### [Exercise directions]
Copy verbatim the block of lines in the entries below whose first line contains "#100=LINE('',#98,#25);" and whose last line contains "#108=EDGE_LOOP('',(#102,#103,#104,#107));". Leave out all other lines.

### [Given records]
+===+

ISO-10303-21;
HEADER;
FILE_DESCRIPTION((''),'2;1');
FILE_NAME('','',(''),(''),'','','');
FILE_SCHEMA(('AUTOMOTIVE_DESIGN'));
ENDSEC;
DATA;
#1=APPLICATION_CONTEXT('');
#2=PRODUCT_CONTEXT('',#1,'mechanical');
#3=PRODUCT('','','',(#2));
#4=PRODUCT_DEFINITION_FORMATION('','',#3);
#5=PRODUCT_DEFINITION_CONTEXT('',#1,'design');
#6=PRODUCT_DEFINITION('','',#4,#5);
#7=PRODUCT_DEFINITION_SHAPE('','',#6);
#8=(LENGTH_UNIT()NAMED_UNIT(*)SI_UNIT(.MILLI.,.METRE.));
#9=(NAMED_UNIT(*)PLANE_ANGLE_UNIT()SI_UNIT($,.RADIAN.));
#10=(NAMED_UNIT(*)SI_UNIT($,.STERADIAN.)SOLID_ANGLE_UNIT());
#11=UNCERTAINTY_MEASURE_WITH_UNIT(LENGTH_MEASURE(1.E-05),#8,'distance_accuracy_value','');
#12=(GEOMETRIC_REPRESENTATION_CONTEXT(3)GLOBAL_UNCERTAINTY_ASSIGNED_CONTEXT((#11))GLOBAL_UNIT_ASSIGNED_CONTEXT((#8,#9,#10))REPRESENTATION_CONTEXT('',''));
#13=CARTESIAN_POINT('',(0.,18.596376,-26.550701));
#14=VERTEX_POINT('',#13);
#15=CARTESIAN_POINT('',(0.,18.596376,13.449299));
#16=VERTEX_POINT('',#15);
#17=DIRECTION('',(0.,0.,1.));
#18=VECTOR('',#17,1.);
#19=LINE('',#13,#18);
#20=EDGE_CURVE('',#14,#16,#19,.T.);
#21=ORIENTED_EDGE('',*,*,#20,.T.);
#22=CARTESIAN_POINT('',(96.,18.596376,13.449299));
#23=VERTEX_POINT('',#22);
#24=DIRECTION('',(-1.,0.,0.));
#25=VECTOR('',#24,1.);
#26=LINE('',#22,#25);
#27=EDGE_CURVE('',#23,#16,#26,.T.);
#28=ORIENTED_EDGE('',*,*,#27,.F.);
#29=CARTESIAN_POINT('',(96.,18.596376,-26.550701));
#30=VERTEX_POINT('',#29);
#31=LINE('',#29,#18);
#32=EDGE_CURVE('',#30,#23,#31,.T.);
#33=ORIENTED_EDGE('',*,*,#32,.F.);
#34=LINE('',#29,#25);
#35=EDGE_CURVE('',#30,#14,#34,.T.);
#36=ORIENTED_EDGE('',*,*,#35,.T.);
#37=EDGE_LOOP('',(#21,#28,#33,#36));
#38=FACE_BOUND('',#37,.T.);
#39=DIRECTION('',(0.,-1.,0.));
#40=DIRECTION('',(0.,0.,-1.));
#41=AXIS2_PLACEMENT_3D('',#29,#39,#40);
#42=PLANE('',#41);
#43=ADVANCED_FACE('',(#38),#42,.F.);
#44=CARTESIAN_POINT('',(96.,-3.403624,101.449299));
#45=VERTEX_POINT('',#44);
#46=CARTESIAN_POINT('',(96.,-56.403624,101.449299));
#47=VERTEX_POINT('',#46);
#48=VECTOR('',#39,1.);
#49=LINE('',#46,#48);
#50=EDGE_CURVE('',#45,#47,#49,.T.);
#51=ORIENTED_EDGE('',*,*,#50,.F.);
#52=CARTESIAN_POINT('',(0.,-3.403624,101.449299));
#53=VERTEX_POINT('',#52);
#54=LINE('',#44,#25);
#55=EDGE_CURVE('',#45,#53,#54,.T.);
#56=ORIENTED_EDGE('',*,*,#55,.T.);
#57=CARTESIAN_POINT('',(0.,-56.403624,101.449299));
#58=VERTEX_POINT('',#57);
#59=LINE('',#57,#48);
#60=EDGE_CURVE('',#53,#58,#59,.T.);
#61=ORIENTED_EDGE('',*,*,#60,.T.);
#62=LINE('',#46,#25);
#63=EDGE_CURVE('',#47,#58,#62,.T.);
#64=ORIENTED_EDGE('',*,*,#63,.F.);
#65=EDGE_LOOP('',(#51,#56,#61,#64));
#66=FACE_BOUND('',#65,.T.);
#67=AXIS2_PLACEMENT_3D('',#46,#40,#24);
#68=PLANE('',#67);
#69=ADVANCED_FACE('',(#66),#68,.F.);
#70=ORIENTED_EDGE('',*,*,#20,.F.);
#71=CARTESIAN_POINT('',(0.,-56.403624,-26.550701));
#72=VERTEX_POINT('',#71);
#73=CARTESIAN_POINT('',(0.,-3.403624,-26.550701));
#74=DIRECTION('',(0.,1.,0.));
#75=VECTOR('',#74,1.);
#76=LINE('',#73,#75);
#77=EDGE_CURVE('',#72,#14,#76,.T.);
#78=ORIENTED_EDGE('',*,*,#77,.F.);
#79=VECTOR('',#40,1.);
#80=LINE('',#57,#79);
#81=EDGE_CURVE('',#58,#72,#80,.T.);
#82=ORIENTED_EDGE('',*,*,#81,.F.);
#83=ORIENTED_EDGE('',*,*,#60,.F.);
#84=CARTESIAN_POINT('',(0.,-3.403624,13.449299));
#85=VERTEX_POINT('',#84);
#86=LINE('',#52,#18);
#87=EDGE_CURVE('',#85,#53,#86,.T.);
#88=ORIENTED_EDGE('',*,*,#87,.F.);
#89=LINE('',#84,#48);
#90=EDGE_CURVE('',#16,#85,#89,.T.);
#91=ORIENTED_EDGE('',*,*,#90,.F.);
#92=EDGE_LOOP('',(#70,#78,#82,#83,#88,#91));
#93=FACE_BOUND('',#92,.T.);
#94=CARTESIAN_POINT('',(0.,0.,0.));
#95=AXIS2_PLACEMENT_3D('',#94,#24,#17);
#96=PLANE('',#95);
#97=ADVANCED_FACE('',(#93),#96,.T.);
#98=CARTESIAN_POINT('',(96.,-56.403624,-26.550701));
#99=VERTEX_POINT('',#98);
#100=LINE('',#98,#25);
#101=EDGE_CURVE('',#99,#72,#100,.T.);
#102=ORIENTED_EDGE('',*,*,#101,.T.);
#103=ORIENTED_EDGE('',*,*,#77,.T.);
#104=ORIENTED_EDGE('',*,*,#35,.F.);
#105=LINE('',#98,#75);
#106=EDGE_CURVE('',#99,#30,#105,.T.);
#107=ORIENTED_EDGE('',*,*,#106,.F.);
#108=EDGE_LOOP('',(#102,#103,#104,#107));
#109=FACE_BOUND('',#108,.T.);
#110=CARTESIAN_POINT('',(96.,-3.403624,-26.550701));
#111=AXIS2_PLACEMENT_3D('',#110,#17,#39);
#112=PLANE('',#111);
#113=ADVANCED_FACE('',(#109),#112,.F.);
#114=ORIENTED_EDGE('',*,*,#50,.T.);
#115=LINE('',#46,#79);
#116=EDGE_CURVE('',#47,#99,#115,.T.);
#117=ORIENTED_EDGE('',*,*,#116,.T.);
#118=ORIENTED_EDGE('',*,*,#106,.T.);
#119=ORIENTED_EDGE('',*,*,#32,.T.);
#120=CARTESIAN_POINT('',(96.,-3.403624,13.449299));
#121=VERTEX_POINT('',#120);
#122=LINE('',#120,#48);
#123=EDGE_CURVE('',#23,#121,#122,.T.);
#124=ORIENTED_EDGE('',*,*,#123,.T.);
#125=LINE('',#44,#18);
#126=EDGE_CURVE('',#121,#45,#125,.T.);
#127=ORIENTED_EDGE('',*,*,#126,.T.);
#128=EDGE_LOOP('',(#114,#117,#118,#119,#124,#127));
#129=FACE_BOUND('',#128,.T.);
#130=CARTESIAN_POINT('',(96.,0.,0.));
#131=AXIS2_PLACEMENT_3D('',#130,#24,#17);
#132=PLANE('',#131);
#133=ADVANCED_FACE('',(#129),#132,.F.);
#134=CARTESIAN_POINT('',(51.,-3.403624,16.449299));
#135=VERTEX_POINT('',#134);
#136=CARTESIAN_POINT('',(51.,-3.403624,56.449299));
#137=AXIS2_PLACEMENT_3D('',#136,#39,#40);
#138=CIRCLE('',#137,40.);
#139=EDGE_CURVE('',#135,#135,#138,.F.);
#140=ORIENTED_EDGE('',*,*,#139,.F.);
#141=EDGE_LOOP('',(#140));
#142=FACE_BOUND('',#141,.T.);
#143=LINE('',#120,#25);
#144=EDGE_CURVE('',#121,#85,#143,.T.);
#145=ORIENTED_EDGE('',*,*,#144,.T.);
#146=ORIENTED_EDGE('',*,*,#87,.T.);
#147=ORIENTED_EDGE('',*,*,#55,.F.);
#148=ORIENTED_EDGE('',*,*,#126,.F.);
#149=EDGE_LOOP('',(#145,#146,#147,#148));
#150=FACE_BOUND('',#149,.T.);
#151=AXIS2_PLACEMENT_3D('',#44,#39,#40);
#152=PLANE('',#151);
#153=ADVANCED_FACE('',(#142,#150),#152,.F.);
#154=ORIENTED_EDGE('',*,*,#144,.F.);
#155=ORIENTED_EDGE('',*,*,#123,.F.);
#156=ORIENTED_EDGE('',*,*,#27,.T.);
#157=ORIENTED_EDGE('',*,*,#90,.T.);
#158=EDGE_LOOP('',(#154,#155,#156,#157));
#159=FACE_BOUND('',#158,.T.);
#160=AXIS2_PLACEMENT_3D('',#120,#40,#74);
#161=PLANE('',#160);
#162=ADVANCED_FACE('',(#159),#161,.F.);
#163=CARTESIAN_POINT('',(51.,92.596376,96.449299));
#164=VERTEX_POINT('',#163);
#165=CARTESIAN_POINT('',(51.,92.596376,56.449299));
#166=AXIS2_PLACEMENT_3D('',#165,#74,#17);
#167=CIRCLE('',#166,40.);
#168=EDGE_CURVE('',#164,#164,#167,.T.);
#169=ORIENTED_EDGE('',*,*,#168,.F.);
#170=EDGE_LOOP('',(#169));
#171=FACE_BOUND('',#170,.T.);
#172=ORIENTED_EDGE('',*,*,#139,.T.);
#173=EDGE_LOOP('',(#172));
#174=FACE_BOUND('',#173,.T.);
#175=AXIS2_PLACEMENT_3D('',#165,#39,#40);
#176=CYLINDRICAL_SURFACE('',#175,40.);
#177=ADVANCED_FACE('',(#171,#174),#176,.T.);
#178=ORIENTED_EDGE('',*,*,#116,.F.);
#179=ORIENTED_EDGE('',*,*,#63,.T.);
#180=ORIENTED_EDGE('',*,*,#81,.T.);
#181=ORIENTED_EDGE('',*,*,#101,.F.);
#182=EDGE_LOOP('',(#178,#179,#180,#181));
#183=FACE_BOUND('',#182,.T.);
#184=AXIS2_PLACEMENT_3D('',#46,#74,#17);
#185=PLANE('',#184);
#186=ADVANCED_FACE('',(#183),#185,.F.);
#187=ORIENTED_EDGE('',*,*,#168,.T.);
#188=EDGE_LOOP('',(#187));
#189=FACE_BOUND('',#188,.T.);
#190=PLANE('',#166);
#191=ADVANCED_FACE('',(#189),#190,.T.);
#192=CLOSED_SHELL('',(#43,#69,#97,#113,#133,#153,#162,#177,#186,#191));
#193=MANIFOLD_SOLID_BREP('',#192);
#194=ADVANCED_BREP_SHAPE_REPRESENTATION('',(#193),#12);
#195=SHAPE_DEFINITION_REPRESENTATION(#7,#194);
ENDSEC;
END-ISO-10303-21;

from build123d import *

# Parameters (mm, degrees)
BOSS_EXTRUDE1_DEPTH = 96
SKETCH2_R           = 40
BOSS_EXTRUDE2_DEPTH = 96


with BuildPart() as part:
    # Sketch1 → Boss-Extrude1 (new body)
    with BuildSketch(Plane(origin=(0, 0, 0), x_dir=(0, 0, -1), z_dir=(1, 0, 0))):
        Polygon((-101.449299301, -56.403624436), (26.550700699, -56.403624436), (26.550700699, -3.403624436), (26.550700699, 18.596375564), (-13.449299301, 18.596375564), (-13.449299301, -3.403624436), (-101.449299301, -3.403624436), align=None)
    extrude(amount=BOSS_EXTRUDE1_DEPTH)

    # Sketch2 → Boss-Extrude2 (add)
    with BuildSketch(Plane(origin=(0, -3.403624436, 0), x_dir=(1, 0, 0), z_dir=(0, 1, 0))):
        with Locations((51, -56.449299301)):
            Circle(SKETCH2_R)
    extrude(amount=BOSS_EXTRUDE2_DEPTH)


solid = part.part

+===+

### [Solution to this exercise]
#100=LINE('',#98,#25);
#101=EDGE_CURVE('',#99,#72,#100,.T.);
#102=ORIENTED_EDGE('',*,*,#101,.T.);
#103=ORIENTED_EDGE('',*,*,#77,.T.);
#104=ORIENTED_EDGE('',*,*,#35,.F.);
#105=LINE('',#98,#75);
#106=EDGE_CURVE('',#99,#30,#105,.T.);
#107=ORIENTED_EDGE('',*,*,#106,.F.);
#108=EDGE_LOOP('',(#102,#103,#104,#107));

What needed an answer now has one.